** LISTED RECORDS follows **

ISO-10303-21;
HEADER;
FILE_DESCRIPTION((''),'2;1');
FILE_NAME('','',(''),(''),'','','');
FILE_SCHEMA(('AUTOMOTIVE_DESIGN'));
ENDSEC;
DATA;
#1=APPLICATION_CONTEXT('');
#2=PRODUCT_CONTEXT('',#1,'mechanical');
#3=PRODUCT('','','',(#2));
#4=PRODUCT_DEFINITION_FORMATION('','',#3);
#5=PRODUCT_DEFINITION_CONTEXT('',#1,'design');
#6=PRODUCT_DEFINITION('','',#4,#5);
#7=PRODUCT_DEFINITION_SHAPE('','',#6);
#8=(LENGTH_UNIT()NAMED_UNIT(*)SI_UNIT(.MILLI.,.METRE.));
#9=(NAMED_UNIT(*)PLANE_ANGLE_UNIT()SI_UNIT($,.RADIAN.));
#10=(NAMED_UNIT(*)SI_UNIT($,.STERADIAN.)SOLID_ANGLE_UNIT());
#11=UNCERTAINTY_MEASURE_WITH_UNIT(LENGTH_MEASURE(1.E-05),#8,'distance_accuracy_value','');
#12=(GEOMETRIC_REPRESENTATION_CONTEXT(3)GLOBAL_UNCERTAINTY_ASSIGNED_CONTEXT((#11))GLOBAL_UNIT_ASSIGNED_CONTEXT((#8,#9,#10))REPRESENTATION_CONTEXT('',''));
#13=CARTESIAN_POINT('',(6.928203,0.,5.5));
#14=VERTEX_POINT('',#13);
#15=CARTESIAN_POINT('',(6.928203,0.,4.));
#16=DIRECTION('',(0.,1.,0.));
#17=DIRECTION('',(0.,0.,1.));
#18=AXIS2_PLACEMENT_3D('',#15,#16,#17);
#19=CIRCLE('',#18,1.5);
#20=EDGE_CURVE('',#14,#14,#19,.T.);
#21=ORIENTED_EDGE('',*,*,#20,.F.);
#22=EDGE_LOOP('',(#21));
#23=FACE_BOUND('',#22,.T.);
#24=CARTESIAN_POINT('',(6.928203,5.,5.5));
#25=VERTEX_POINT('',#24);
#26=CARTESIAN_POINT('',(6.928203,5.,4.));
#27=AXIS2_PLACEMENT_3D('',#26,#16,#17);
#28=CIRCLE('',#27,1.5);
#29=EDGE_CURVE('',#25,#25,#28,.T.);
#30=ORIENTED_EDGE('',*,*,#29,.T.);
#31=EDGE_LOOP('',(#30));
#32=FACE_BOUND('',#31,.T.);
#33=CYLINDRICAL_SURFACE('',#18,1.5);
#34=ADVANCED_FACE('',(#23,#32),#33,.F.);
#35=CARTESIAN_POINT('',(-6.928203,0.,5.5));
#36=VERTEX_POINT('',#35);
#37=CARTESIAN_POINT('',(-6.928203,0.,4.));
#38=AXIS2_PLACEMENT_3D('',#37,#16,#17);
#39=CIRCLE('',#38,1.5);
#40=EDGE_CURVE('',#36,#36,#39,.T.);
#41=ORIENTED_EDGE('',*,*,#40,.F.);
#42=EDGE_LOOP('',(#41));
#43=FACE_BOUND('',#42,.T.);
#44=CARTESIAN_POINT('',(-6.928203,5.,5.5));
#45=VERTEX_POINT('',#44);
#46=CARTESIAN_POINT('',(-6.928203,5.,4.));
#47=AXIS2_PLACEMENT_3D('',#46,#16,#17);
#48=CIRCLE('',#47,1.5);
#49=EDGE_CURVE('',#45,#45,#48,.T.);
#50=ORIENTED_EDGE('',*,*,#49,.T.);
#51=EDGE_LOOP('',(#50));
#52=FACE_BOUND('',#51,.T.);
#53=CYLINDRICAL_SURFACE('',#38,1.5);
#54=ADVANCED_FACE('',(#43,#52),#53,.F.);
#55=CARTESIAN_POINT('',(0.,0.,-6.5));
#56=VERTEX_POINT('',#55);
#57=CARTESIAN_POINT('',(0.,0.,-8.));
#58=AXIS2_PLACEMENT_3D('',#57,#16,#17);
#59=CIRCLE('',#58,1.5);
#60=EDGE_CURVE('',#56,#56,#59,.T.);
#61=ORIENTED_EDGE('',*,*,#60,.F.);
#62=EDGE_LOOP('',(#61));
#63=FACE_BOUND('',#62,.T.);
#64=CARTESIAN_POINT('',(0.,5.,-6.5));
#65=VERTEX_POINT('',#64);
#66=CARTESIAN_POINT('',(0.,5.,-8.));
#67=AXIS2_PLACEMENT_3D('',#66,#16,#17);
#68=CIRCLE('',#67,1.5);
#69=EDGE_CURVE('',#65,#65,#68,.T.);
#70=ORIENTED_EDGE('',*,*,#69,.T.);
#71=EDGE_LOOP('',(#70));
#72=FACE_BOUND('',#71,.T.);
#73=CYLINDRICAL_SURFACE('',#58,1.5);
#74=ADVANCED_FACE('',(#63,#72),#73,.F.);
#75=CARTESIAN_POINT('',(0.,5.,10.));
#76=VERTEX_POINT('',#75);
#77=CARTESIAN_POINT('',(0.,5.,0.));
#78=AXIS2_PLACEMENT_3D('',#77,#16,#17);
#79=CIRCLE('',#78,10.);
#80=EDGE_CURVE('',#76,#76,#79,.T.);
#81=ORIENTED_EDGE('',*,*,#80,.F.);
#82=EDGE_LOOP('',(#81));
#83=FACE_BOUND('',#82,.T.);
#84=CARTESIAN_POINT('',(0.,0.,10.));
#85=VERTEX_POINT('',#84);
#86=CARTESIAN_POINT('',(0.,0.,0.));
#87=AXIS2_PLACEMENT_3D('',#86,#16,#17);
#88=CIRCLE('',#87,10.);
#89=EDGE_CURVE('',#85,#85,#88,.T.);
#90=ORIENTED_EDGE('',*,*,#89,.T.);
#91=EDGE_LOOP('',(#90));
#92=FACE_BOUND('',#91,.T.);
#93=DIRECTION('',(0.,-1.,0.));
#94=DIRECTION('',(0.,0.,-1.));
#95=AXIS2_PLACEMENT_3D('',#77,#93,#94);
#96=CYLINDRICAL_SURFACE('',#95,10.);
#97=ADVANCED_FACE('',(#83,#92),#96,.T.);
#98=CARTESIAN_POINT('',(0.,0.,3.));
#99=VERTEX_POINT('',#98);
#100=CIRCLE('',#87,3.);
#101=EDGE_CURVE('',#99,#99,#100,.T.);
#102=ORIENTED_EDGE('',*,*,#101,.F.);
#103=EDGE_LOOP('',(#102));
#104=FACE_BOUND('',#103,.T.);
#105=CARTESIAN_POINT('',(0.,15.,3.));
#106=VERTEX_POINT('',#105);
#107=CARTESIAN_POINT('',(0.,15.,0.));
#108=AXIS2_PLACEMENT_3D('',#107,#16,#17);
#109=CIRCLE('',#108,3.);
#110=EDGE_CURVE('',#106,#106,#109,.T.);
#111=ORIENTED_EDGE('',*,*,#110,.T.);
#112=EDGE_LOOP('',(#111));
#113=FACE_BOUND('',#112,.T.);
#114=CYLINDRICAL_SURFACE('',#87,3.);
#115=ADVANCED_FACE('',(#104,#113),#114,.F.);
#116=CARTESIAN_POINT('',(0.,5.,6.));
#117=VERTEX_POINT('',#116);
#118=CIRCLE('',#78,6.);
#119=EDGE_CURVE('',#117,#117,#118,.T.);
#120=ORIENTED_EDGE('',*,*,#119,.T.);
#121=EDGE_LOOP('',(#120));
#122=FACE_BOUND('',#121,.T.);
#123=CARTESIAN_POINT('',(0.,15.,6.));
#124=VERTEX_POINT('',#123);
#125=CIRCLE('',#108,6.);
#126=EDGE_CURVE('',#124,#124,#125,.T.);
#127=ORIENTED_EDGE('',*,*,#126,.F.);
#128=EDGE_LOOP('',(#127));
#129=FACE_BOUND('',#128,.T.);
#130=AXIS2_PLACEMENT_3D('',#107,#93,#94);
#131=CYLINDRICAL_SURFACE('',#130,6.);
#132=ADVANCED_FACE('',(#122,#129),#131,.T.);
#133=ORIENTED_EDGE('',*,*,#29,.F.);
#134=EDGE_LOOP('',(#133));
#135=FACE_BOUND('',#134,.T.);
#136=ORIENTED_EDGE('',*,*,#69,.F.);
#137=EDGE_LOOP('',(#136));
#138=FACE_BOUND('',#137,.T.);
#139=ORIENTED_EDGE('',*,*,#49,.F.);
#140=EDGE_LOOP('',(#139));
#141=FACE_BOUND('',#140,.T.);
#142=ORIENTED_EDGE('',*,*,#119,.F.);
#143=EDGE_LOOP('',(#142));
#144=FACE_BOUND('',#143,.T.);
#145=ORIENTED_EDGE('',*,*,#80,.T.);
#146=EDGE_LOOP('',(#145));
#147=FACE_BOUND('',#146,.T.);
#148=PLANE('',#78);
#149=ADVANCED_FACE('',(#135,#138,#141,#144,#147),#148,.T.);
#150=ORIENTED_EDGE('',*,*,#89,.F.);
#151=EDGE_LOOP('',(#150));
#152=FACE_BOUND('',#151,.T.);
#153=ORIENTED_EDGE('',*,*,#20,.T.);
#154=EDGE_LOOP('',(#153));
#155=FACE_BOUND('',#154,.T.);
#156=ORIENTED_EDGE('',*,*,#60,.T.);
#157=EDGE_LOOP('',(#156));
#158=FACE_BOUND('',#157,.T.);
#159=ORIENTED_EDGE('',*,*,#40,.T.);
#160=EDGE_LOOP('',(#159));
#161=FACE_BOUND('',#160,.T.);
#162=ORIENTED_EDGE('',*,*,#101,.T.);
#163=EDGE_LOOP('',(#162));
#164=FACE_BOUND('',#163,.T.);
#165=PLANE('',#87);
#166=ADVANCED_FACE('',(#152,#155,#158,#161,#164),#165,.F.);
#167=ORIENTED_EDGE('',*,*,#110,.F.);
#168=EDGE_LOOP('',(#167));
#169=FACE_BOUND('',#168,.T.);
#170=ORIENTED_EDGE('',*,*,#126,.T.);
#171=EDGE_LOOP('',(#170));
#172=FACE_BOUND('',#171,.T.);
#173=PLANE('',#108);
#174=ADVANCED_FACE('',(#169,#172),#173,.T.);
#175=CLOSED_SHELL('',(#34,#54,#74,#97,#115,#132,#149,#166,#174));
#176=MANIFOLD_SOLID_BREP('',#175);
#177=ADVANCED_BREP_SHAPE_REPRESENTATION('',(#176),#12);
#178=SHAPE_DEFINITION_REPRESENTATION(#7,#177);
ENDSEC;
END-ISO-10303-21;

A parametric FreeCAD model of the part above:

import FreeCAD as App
import Part
import Sketcher

V = App.Vector
Q = App.Units.Quantity

doc = App.newDocument("Part")
params = doc.addObject("Spreadsheet::Sheet", "Params")
for row, (alias, value) in enumerate([
    ("sketch1_diameter", "20 mm"),
    ("pad1_length", "5 mm"),
    ("sketch2_diameter", "12 mm"),
    ("pad2_length", "10 mm"),
    ("sketch3_diameter", "6 mm"),
    ("sketch4_diameter", "3 mm"),
], start=1):
    params.set(f"A{row}", alias)
    params.set(f"B{row}", "=" + value)
    params.setAlias(f"B{row}", alias)

body = doc.addObject("PartDesign::Body", "Body")

# Sketch on XZ plane
sketch1 = body.newObject("Sketcher::SketchObject", "Sketch")
sketch1.AttachmentSupport = (doc.getObject("XZ_Plane"), [""])
sketch1.MapMode = "FlatFace"
sketch1.addGeometry(Part.Circle(V(0, 0, 0), V(0, 0, 1), 10), False)
sketch1.addConstraint([
    Sketcher.Constraint("Coincident", 0, 3, -1, 1),
    Sketcher.Constraint("Diameter", 0, Q("20 mm")),
])
sketch1.setExpression("Constraints[1]", "Params.sketch1_diameter")
pad1 = body.newObject("PartDesign::Pad", "Pad")
pad1.Profile = sketch1
pad1.setExpression("Length", "Params.pad1_length")
pad1.Reversed = True

# Sketch on XZ plane
sketch2 = body.newObject("Sketcher::SketchObject", "Sketch001")
sketch2.AttachmentSupport = (doc.getObject("XZ_Plane"), [""])
sketch2.MapMode = "FlatFace"
sketch2.AttachmentOffset = App.Placement(V(0, 0, -5), App.Rotation())
sketch2.addGeometry(Part.Circle(V(0, 0, 0), V(0, 0, 1), 6), False)
sketch2.addConstraint([
    Sketcher.Constraint("Coincident", 0, 3, -1, 1),
    Sketcher.Constraint("Diameter", 0, Q("12 mm")),
])
sketch2.setExpression("Constraints[1]", "Params.sketch2_diameter")
pad2 = body.newObject("PartDesign::Pad", "Pad001")
pad2.Profile = sketch2
pad2.setExpression("Length", "Params.pad2_length")
pad2.Reversed = True

# Sketch on XZ plane
sketch3 = body.newObject("Sketcher::SketchObject", "Sketch002")
sketch3.AttachmentSupport = (doc.getObject("XZ_Plane"), [""])
sketch3.MapMode = "FlatFace"
sketch3.AttachmentOffset = App.Placement(V(0, 0, -15), App.Rotation())
sketch3.addGeometry(Part.Circle(V(0, 0, 0), V(0, 0, 1), 3), False)
sketch3.addConstraint([
    Sketcher.Constraint("Coincident", 0, 3, -1, 1),
    Sketcher.Constraint("Diameter", 0, Q("6 mm")),
])
sketch3.setExpression("Constraints[1]", "Params.sketch3_diameter")
pocket1 = body.newObject("PartDesign::Pocket", "Pocket")
pocket1.Profile = sketch3
pocket1.Type = "ThroughAll"
pocket1.Reversed = True

# Sketch on XZ plane
sketch4 = body.newObject("Sketcher::SketchObject", "Sketch003")
sketch4.AttachmentSupport = (doc.getObject("XZ_Plane"), [""])
sketch4.MapMode = "FlatFace"
sketch4.AttachmentOffset = App.Placement(V(0, 0, -5), App.Rotation())
sketch4.addGeometry([
    Part.Circle(V(0, -8, 0), V(0, 0, 1), 1.5),
    Part.Circle(V(6.928203, 4, 0), V(0, 0, 1), 1.5),
    Part.Circle(V(-6.928203, 4, 0), V(0, 0, 1), 1.5),
], False)
sketch4.addConstraint([
    Sketcher.Constraint("Equal", 0, 1),
    Sketcher.Constraint("Equal", 1, 2),
    Sketcher.Constraint("Symmetric", 1, 3, 2, 3, -2),
    Sketcher.Constraint("PointOnObject", 0, 3, -2),
    Sketcher.Constraint("Diameter", 0, Q("3 mm")),
    Sketcher.Constraint("DistanceY", 0, 3, -1, 1, Q("8 mm")),
    Sketcher.Constraint("DistanceY", -1, 1, 1, 3, Q("4 mm")),
    Sketcher.Constraint("DistanceX", -1, 1, 1, 3, Q("6.928203 mm")),
])
sketch4.setExpression("Constraints[4]", "Params.sketch4_diameter")
pocket2 = body.newObject("PartDesign::Pocket", "Pocket001")
pocket2.Profile = sketch4
pocket2.Type = "ThroughAll"
pocket2.Reversed = True

doc.recompute()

** End of LISTED RECORDS **

• TASK ITEM
Reprint exactly the lines above that start at the one with "#35=CARTESIAN_POINT('',(-6.928203,0.,5.5));" and end at the one with "#75=CARTESIAN_POINT('',(0.,5.,10.));", keeping both and adding none.

• YOUR RESPONSE
#35=CARTESIAN_POINT('',(-6.928203,0.,5.5));
#36=VERTEX_POINT('',#35);
#37=CARTESIAN_POINT('',(-6.928203,0.,4.));
#38=AXIS2_PLACEMENT_3D('',#37,#16,#17);
#39=CIRCLE('',#38,1.5);
#40=EDGE_CURVE('',#36,#36,#39,.T.);
#41=ORIENTED_EDGE('',*,*,#40,.F.);
#42=EDGE_LOOP('',(#41));
#43=FACE_BOUND('',#42,.T.);
#44=CARTESIAN_POINT('',(-6.928203,5.,5.5));
#45=VERTEX_POINT('',#44);
#46=CARTESIAN_POINT('',(-6.928203,5.,4.));
#47=AXIS2_PLACEMENT_3D('',#46,#16,#17);
#48=CIRCLE('',#47,1.5);
#49=EDGE_CURVE('',#45,#45,#48,.T.);
#50=ORIENTED_EDGE('',*,*,#49,.T.);
#51=EDGE_LOOP('',(#50));
#52=FACE_BOUND('',#51,.T.);
#53=CYLINDRICAL_SURFACE('',#38,1.5);
#54=ADVANCED_FACE('',(#43,#52),#53,.F.);
#55=CARTESIAN_POINT('',(0.,0.,-6.5));
#56=VERTEX_POINT('',#55);
#57=CARTESIAN_POINT('',(0.,0.,-8.));
#58=AXIS2_PLACEMENT_3D('',#57,#16,#17);
#59=CIRCLE('',#58,1.5);
#60=EDGE_CURVE('',#56,#56,#59,.T.);
#61=ORIENTED_EDGE('',*,*,#60,.F.);
#62=EDGE_LOOP('',(#61));
#63=FACE_BOUND('',#62,.T.);
#64=CARTESIAN_POINT('',(0.,5.,-6.5));
#65=VERTEX_POINT('',#64);
#66=CARTESIAN_POINT('',(0.,5.,-8.));
#67=AXIS2_PLACEMENT_3D('',#66,#16,#17);
#68=CIRCLE('',#67,1.5);
#69=EDGE_CURVE('',#65,#65,#68,.T.);
#70=ORIENTED_EDGE('',*,*,#69,.T.);
#71=EDGE_LOOP('',(#70));
#72=FACE_BOUND('',#71,.T.);
#73=CYLINDRICAL_SURFACE('',#58,1.5);
#74=ADVANCED_FACE('',(#63,#72),#73,.F.);
#75=CARTESIAN_POINT('',(0.,5.,10.));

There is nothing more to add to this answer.